WORK ORDER: Return the following from the records below: each line, word for word, starting with the line that contains "#191=SHAPE_DEFINITION_REPRESENTATION(#7,#190);" and going on through the line that contains "FreeCAD Python script", with nothing outside that range.

RECORDS FOR THE EXERCISE:
"""

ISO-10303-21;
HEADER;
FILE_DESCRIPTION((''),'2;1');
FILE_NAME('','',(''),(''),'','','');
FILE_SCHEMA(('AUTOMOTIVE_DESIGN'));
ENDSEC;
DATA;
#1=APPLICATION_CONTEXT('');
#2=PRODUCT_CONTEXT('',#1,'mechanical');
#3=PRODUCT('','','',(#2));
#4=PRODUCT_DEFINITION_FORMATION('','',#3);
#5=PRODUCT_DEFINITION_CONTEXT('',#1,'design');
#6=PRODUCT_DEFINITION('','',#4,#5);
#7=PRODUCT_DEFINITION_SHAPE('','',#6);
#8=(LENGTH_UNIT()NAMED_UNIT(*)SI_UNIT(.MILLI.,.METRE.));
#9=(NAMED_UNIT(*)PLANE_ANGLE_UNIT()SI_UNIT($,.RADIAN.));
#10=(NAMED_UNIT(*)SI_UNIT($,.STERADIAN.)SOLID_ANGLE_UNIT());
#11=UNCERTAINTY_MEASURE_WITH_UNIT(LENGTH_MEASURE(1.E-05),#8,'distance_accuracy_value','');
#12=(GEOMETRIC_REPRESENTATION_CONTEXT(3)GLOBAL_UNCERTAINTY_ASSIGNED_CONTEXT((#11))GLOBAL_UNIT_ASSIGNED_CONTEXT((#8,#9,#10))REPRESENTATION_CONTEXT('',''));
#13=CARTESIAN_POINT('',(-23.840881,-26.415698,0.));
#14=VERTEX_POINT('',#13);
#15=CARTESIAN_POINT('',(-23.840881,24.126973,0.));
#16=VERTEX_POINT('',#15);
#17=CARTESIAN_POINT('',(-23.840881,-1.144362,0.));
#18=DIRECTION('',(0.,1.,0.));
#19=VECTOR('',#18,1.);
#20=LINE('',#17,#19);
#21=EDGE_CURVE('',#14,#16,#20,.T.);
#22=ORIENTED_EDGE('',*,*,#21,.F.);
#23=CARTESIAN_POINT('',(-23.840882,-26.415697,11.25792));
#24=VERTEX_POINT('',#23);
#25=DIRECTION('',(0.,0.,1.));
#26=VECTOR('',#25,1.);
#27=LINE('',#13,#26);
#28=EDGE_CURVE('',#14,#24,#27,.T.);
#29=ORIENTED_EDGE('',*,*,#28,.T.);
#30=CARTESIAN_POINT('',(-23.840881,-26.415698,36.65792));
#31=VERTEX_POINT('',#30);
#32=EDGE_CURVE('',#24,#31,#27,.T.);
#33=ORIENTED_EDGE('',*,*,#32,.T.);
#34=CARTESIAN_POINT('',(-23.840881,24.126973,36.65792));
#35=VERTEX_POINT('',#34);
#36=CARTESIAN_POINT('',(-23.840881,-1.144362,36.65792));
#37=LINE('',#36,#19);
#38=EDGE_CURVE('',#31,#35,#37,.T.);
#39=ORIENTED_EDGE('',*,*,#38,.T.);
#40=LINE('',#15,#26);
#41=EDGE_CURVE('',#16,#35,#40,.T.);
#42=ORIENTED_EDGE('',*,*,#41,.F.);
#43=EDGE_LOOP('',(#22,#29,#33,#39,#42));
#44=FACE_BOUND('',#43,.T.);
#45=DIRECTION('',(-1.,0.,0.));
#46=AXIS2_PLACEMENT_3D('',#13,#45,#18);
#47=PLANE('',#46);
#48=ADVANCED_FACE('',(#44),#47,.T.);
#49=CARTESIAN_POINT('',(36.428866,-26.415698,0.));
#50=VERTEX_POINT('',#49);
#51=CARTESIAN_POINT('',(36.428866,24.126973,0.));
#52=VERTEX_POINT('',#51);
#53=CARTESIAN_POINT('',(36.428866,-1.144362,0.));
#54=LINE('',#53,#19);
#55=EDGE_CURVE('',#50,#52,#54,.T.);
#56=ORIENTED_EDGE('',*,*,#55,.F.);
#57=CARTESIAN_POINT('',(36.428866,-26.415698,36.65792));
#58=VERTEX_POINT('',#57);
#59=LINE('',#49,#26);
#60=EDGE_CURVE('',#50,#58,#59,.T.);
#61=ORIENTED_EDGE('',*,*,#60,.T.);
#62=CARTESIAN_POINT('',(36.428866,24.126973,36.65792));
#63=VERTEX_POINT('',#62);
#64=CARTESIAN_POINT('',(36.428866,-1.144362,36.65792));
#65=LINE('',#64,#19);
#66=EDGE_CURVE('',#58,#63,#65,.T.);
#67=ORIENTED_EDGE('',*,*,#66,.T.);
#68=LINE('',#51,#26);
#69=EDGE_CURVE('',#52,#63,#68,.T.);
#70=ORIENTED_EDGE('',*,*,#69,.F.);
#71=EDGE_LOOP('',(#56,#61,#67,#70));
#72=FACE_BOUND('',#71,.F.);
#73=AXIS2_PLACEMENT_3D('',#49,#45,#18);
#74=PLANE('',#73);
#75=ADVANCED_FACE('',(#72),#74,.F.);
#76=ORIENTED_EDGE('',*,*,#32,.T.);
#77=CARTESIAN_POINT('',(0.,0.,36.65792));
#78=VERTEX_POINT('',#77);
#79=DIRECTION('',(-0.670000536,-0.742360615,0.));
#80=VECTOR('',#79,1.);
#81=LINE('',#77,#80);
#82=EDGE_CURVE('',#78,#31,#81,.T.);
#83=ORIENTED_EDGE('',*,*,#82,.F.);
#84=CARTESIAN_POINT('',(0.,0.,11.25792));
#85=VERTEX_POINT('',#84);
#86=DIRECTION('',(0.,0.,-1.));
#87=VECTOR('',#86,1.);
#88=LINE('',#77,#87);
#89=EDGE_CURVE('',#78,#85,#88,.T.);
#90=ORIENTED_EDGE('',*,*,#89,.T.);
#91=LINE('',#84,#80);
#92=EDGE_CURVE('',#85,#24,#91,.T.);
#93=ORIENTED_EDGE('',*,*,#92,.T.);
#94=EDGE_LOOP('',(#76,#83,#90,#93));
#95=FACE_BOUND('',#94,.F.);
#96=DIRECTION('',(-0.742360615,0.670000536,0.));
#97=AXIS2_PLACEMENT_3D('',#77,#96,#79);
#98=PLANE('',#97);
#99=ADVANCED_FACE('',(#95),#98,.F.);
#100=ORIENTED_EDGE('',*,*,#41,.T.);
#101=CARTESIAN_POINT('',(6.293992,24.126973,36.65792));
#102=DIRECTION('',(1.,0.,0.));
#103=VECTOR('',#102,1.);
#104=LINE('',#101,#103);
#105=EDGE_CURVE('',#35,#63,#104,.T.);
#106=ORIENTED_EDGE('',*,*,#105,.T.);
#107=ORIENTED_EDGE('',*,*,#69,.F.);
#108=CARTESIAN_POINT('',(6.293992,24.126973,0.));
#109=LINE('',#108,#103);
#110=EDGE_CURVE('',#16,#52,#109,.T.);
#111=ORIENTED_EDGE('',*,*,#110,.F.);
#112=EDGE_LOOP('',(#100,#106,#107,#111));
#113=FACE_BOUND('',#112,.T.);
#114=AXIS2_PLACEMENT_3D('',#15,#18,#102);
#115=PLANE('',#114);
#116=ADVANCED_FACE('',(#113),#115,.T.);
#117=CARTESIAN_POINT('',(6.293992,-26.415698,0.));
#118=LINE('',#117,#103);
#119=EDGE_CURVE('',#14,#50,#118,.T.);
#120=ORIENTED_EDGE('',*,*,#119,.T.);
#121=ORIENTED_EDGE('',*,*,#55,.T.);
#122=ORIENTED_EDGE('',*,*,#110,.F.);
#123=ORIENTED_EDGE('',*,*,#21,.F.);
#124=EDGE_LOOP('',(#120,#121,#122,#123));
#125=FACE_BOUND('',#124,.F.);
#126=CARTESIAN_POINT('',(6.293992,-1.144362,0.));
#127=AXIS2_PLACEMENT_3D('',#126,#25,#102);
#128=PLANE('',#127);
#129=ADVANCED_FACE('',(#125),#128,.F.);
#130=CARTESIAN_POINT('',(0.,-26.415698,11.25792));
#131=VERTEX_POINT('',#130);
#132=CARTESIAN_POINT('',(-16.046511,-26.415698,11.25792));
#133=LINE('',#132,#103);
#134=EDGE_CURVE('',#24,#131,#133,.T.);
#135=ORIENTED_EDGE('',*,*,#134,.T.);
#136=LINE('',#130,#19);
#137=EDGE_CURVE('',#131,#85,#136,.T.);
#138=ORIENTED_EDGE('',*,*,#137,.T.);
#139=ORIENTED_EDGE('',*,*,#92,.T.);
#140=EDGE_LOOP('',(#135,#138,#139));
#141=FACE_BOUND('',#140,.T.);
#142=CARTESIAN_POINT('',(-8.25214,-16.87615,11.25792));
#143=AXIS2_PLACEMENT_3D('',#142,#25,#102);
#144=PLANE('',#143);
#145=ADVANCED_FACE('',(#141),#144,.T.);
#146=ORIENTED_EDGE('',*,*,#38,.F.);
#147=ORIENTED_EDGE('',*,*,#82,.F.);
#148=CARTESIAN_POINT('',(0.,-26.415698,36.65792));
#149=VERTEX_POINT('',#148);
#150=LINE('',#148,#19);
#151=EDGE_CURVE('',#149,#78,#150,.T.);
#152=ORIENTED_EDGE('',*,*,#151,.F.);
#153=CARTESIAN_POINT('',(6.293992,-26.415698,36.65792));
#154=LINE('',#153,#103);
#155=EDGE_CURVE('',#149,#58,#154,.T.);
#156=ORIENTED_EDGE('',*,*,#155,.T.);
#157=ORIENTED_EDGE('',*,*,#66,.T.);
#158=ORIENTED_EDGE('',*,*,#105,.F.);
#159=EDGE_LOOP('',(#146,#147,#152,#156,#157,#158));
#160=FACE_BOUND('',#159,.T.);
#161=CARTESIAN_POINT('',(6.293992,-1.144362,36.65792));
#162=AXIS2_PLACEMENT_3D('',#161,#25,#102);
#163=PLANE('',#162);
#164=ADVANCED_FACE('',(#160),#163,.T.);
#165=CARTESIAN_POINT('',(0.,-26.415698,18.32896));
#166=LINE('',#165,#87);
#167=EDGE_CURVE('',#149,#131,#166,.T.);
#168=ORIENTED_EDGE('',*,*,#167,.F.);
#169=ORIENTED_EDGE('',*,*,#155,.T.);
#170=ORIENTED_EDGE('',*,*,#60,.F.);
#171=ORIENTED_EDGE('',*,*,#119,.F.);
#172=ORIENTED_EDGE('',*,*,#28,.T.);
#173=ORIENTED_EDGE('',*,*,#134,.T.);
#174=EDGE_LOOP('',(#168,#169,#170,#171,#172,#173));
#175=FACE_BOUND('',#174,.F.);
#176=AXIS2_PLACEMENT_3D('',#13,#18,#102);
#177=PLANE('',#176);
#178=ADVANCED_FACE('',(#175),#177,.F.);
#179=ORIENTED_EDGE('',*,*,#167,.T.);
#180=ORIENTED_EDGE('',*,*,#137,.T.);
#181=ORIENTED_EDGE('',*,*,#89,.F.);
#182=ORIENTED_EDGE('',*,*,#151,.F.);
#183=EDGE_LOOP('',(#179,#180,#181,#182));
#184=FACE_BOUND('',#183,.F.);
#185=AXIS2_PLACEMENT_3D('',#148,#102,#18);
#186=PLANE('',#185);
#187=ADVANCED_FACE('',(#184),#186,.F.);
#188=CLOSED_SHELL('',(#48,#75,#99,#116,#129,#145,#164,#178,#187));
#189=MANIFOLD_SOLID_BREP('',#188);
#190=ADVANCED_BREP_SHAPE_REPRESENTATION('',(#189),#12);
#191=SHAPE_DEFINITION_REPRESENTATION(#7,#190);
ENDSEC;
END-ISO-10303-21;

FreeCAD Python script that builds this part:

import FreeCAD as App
import Part
import Sketcher
from FreeCAD import Vector

doc = App.newDocument("Part")
params = doc.addObject("Spreadsheet::Sheet", "Params")
for row, (alias, value) in enumerate([
    ("pad1_length", "36.65792 mm"),
    ("pocket1_length", "1 in"),
], start=1):
    params.set(f"A{row}", alias)
    params.set(f"B{row}", "=" + value)
    params.setAlias(f"B{row}", alias)

body = doc.addObject("PartDesign::Body", "Body")

sketch1 = doc.addObject("Sketcher::SketchObject", "Sketch")
body.addObject(sketch1)
sketch1.AttachmentSupport = (doc.XY_Plane, [""])
sketch1.MapMode = "FlatFace"
sketch1.addGeometry([
    Part.LineSegment(Vector(-24, 24, 0), Vector(-24, -26, 0)),
    Part.LineSegment(Vector(-24, -26, 0), Vector(36, -26, 0)),
    Part.LineSegment(Vector(36, -26, 0), Vector(36, 24, 0)),
    Part.LineSegment(Vector(36, 24, 0), Vector(-24, 24, 0)),
], False)
sketch1.addConstraint([
    Sketcher.Constraint("Coincident", 0, 2, 1, 1),
    Sketcher.Constraint("Coincident", 1, 2, 2, 1),
    Sketcher.Constraint("Coincident", 2, 2, 3, 1),
    Sketcher.Constraint("Coincident", 3, 2, 0, 1),
    Sketcher.Constraint("Vertical", 0),
    Sketcher.Constraint("Horizontal", 1),
    Sketcher.Constraint("Vertical", 2),
    Sketcher.Constraint("Horizontal", 3),
    Sketcher.Constraint("DistanceY", 0, 2, 0, 1, 50.542671),
    Sketcher.Constraint("DistanceX", 1, 1, 1, 2, 60.269747),
    Sketcher.Constraint("DistanceX", 0, 2, -1, 1, 23.840881),
    Sketcher.Constraint("DistanceY", 0, 2, -1, 1, 26.415698),
])
pad1 = doc.addObject("PartDesign::Pad", "Pad")
body.addObject(pad1)
pad1.Profile = sketch1
pad1.setExpression("Length", "Params.pad1_length")

sketch2 = doc.addObject("Sketcher::SketchObject", "Sketch001")
body.addObject(sketch2)
sketch2.AttachmentSupport = (doc.XY_Plane, [""])
sketch2.MapMode = "FlatFace"
sketch2.AttachmentOffset = App.Placement(Vector(0, 0, 36.65792), App.Rotation())
sketch2.addGeometry([
    Part.LineSegment(Vector(0, 0, 0), Vector(-24, -26, 0)),
    Part.LineSegment(Vector(-24, -26, 0), Vector(0, -26, 0)),
    Part.LineSegment(Vector(0, -26, 0), Vector(0, 0, 0)),
], False)
sketch2.addConstraint([
    Sketcher.Constraint("Coincident", 0, 2, 1, 1),
    Sketcher.Constraint("Coincident", 1, 2, 2, 1),
    Sketcher.Constraint("Coincident", 2, 2, 0, 1),
    Sketcher.Constraint("Horizontal", 1),
    Sketcher.Constraint("Vertical", 2),
    Sketcher.Constraint("Coincident", 2, 2, -1, 1),
    Sketcher.Constraint("DistanceX", 1, 1, 1, 2, 23.840882),
    Sketcher.Constraint("DistanceY", 2, 1, 2, 2, 26.415698),
])
pocket1 = doc.addObject("PartDesign::Pocket", "Pocket")
body.addObject(pocket1)
pocket1.Profile = sketch2
pocket1.setExpression("Length", "Params.pocket1_length")

doc.recompute()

"""

SOLUTION TO THE PROBLEM:
#191=SHAPE_DEFINITION_REPRESENTATION(#7,#190);
ENDSEC;
END-ISO-10303-21;

FreeCAD Python script that builds this part:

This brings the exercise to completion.